Nyotini was first classified as a town for the 1981 census. At that time, its main item of manufacture was listed as cotton cloth.

==Demographics==

As of 2001 India census, Nyotini had a population of 7,120. Males constitute 52% of the population and females 48%. Nyotini has an average literacy rate of 43%, lower than the national average of 59.5%: male literacy is 52%, and female literacy is 34%. In Nyotini, 18% of the population is under 6 years of age.

According to the 2011 census, Nyotini has a population of 7,577 people, in 1,212 households. The town's sex ratio is 917 females to every 1000 males; 3,952 of Nyotini's residents are male (52.2%) and 3,625 are female (47.8%). The 0-6 age group makes up about 13.9% of the town's population; among this group, the sex ratio is 916, which is higher than the district urban average of 903. Members of Scheduled Castes make up 27.91% of the town's population, while no members of Scheduled Tribes were recorded. The town's literacy rate was 59.5% (counting only people age 7 and up); literacy was higher among men and boys (67.7%) than among women and girls (50.6%). The scheduled castes literacy rate is 50.8% (60.3% among men and boys, and 40.3% among women and girls).

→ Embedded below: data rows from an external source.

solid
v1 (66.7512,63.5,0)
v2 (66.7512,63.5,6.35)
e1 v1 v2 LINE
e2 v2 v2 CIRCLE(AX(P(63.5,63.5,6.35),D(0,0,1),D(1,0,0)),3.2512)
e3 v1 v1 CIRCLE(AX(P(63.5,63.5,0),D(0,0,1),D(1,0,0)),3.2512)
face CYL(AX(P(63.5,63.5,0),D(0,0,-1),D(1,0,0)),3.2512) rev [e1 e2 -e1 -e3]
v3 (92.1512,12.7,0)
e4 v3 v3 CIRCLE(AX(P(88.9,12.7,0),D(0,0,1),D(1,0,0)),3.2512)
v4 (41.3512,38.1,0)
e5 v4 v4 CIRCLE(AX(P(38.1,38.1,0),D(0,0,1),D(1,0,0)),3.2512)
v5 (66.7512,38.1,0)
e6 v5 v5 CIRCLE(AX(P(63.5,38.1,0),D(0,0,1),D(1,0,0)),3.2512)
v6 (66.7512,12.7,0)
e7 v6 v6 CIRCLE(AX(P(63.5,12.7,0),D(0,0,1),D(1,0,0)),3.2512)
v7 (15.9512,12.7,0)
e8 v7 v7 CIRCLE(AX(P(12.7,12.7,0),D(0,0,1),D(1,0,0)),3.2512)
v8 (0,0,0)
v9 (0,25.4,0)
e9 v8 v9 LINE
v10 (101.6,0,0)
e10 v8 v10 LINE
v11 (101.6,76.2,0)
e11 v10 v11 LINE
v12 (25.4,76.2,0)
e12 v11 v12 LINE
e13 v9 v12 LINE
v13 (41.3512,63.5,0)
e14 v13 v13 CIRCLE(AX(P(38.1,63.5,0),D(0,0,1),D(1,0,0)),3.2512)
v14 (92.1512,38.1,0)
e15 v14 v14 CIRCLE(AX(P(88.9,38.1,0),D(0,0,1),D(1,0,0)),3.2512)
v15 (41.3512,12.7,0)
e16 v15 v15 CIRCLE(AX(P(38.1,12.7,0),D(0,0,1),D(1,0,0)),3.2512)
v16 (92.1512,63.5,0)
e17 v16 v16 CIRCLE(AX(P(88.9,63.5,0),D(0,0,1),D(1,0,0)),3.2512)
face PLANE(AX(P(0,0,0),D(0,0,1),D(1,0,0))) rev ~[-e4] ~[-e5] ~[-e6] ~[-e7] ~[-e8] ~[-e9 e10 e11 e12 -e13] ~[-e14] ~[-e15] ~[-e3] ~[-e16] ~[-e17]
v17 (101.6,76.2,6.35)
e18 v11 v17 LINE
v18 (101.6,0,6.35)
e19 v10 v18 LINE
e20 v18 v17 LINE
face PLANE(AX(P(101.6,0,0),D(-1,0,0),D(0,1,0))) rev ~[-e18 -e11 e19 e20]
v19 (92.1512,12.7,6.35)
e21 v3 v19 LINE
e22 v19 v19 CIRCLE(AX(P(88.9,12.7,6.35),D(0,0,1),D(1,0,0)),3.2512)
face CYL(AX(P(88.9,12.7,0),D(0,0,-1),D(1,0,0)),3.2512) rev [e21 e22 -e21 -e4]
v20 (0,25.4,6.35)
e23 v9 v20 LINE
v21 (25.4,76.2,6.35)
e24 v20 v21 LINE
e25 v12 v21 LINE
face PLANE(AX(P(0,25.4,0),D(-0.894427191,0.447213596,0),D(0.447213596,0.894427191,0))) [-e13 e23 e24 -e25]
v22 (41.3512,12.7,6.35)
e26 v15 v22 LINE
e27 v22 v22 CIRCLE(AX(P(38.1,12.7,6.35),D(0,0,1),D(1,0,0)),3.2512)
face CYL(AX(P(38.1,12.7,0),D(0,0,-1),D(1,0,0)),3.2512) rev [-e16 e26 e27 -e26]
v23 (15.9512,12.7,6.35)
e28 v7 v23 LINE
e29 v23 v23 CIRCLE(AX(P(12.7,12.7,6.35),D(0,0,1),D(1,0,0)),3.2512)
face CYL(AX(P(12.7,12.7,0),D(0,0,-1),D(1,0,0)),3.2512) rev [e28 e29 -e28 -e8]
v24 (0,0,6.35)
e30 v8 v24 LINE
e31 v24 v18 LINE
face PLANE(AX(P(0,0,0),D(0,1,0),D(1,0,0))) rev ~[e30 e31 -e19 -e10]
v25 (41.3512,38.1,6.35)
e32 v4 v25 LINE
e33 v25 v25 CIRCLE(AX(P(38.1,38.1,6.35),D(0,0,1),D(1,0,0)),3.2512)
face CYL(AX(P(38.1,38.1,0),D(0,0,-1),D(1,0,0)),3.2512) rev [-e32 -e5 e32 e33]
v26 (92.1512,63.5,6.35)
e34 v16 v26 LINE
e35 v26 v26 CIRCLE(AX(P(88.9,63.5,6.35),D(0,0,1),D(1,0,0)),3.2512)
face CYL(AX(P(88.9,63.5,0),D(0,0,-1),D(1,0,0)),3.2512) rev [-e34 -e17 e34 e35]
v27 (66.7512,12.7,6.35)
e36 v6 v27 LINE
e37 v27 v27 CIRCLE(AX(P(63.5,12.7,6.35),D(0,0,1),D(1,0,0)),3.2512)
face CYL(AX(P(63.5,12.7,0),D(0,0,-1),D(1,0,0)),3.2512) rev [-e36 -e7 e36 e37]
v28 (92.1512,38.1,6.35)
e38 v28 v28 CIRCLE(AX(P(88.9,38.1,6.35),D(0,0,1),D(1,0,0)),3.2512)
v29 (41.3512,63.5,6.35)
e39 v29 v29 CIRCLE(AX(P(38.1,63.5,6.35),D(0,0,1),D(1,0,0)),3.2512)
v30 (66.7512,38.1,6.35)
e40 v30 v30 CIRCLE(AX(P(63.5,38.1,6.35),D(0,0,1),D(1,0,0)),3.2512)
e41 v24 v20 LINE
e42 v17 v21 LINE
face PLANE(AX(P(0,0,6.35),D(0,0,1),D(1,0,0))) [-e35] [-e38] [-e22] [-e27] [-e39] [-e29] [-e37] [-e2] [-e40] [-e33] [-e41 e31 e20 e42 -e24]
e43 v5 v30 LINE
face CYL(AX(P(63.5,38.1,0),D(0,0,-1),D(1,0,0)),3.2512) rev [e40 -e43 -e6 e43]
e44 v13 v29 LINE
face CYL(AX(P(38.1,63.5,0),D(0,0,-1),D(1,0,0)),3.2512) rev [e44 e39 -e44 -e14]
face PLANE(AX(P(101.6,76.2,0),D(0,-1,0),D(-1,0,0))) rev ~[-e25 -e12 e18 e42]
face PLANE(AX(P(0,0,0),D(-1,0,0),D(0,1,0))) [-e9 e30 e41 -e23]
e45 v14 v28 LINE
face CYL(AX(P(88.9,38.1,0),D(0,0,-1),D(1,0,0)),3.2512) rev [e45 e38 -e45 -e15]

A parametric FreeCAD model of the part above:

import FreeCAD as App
import Part
import Sketcher
from FreeCAD import Vector
Q = App.Units.Quantity


def add_polygon(sketch, points):
    """Adds a closed chain of lines whose ends are joined by coincident constraints."""
    first, n = sketch.GeometryCount, len(points)
    for a, b in zip(points, points[1:] + points[:1]):
        sketch.addGeometry(Part.LineSegment(App.Vector(*a, 0), App.Vector(*b, 0)), False)
    for i in range(n):
        sketch.addConstraint(Sketcher.Constraint("Coincident", first + i, 2, first + (i + 1) % n, 1))

doc = App.newDocument("Part")
body = doc.addObject("PartDesign::Body", "Body")

# Sketch on XY plane
sketch1 = doc.addObject("Sketcher::SketchObject", "Sketch")
body.addObject(sketch1)
sketch1.AttachmentSupport = (doc.XY_Plane, [""])
sketch1.MapMode = "FlatFace"
add_polygon(sketch1, [(0, 25.4), (0, 0), (101.6, 0), (101.6, 76.2), (25.4, 76.2)])  # lines 0-4
sketch1.addGeometry(Part.Circle(Vector(12.7, 12.7, 0), Vector(0, 0, 1), 3.2512), False)  # 5
sketch1.addGeometry(Part.Circle(Vector(38.1, 12.7, 0), Vector(0, 0, 1), 3.2512), False)  # 6
sketch1.addGeometry(Part.Circle(Vector(38.1, 38.1, 0), Vector(0, 0, 1), 3.2512), False)  # 7
sketch1.addGeometry(Part.Circle(Vector(63.5, 12.7, 0), Vector(0, 0, 1), 3.2512), False)  # 8
sketch1.addGeometry(Part.Circle(Vector(88.9, 12.7, 0), Vector(0, 0, 1), 3.2512), False)  # 9
sketch1.addGeometry(Part.Circle(Vector(63.5, 38.1, 0), Vector(0, 0, 1), 3.2512), False)  # 10
sketch1.addGeometry(Part.Circle(Vector(88.9, 38.1, 0), Vector(0, 0, 1), 3.2512), False)  # 11
sketch1.addGeometry(Part.Circle(Vector(38.1, 63.5, 0), Vector(0, 0, 1), 3.2512), False)  # 12
sketch1.addGeometry(Part.Circle(Vector(63.5, 63.5, 0), Vector(0, 0, 1), 3.2512), False)  # 13
sketch1.addGeometry(Part.Circle(Vector(88.9, 63.5, 0), Vector(0, 0, 1), 3.2512), False)  # 14
sketch1.addConstraint([
    Sketcher.Constraint("Vertical", 0),
    Sketcher.Constraint("Horizontal", 1),
    Sketcher.Constraint("Vertical", 2),
    Sketcher.Constraint("Horizontal", 3),
    Sketcher.Constraint("Coincident", 0, 2, -1, 1),
    Sketcher.Constraint("Equal", 5, 6),
    Sketcher.Constraint("Equal", 6, 7),
    Sketcher.Constraint("Equal", 7, 8),
    Sketcher.Constraint("Equal", 8, 9),
    Sketcher.Constraint("Equal", 9, 10),
    Sketcher.Constraint("Equal", 10, 11),
    Sketcher.Constraint("Equal", 11, 12),
    Sketcher.Constraint("Equal", 12, 13),
    Sketcher.Constraint("Equal", 13, 14),
    Sketcher.Constraint("Horizontal", 5, 3, 6, 3),
    Sketcher.Constraint("Horizontal", 6, 3, 8, 3),
    Sketcher.Constraint("Horizontal", 8, 3, 9, 3),
    Sketcher.Constraint("Horizontal", 7, 3, 10, 3),
    Sketcher.Constraint("Horizontal", 10, 3, 11, 3),
    Sketcher.Constraint("Horizontal", 12, 3, 13, 3),
    Sketcher.Constraint("Horizontal", 13, 3, 14, 3),
    Sketcher.Constraint("Vertical", 6, 3, 7, 3),
    Sketcher.Constraint("Vertical", 8, 3, 10, 3),
    Sketcher.Constraint("Vertical", 9, 3, 11, 3),
    Sketcher.Constraint("Vertical", 7, 3, 12, 3),
    Sketcher.Constraint("Vertical", 10, 3, 13, 3),
    Sketcher.Constraint("Vertical", 11, 3, 14, 3),
    Sketcher.Constraint("Equal", 3, 2),
    Sketcher.Constraint("DistanceX", 1, 1, 1, 2, Q("4 in")),
    Sketcher.Constraint("DistanceX", 3, 2, 3, 1, Q("3 in")),
    Sketcher.Constraint("DistanceY", 0, 2, 0, 1, Q("1 in")),
    Sketcher.Constraint("Diameter", 5, Q("0.256 in")),
    Sketcher.Constraint("DistanceX", 5, 3, 6, 3, Q("1 in")),
    Sketcher.Constraint("DistanceY", 6, 3, 7, 3, Q("1 in")),
    Sketcher.Constraint("DistanceX", 6, 3, 8, 3, Q("1 in")),
    Sketcher.Constraint("DistanceX", 8, 3, 9, 3, Q("1 in")),
    Sketcher.Constraint("DistanceY", 7, 3, 12, 3, Q("1 in")),
    Sketcher.Constraint("DistanceX", -1, 1, 5, 3, Q("0.5 in")),
    Sketcher.Constraint("DistanceY", -1, 1, 5, 3, Q("0.5 in")),
])
pad1 = doc.addObject("PartDesign::Pad", "Pad")
body.addObject(pad1)
pad1.Profile = sketch1
pad1.Length = Q("0.25 in")

doc.recompute()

In terms of employment, 21.1% of Nyotini residents were classified as main workers (i.e. people employed for at least 6 months per year) in 2011. Marginal workers (i.e. people employed for less than 6 months per year) made up 15.9% (the highest proportion in the district), and the remaining 63.0% were non-workers. Employment status varied significantly according to gender, with 57.0% of men being either main or marginal workers, compared to 15.2% of women.

The 2011 census recorded 100.2% of Kursath residents as living in slum conditions. There are 10 slum areas in Nyotini: Dayanand Nagar, Shastri Nagar, Ambedkar Nagar, Adarsh Nagar, Jawahar Nagar, Valmikinagar, Indira Nagar, Gandhi Nagar, Keshav Nagar, and Azad Nagar (the largest). These range in size from 121 to 166 households and have between 2 and 5 tap water access points. The number of flush toilets installed in people's homes ranges from 4 in Valmikinagar to 65 in Indira Nagar. 8 of the 10 areas are served by open sewers, while the remaining 2 (Keshav Nagar and Azad Nagar) have a mix of open and closed drainage.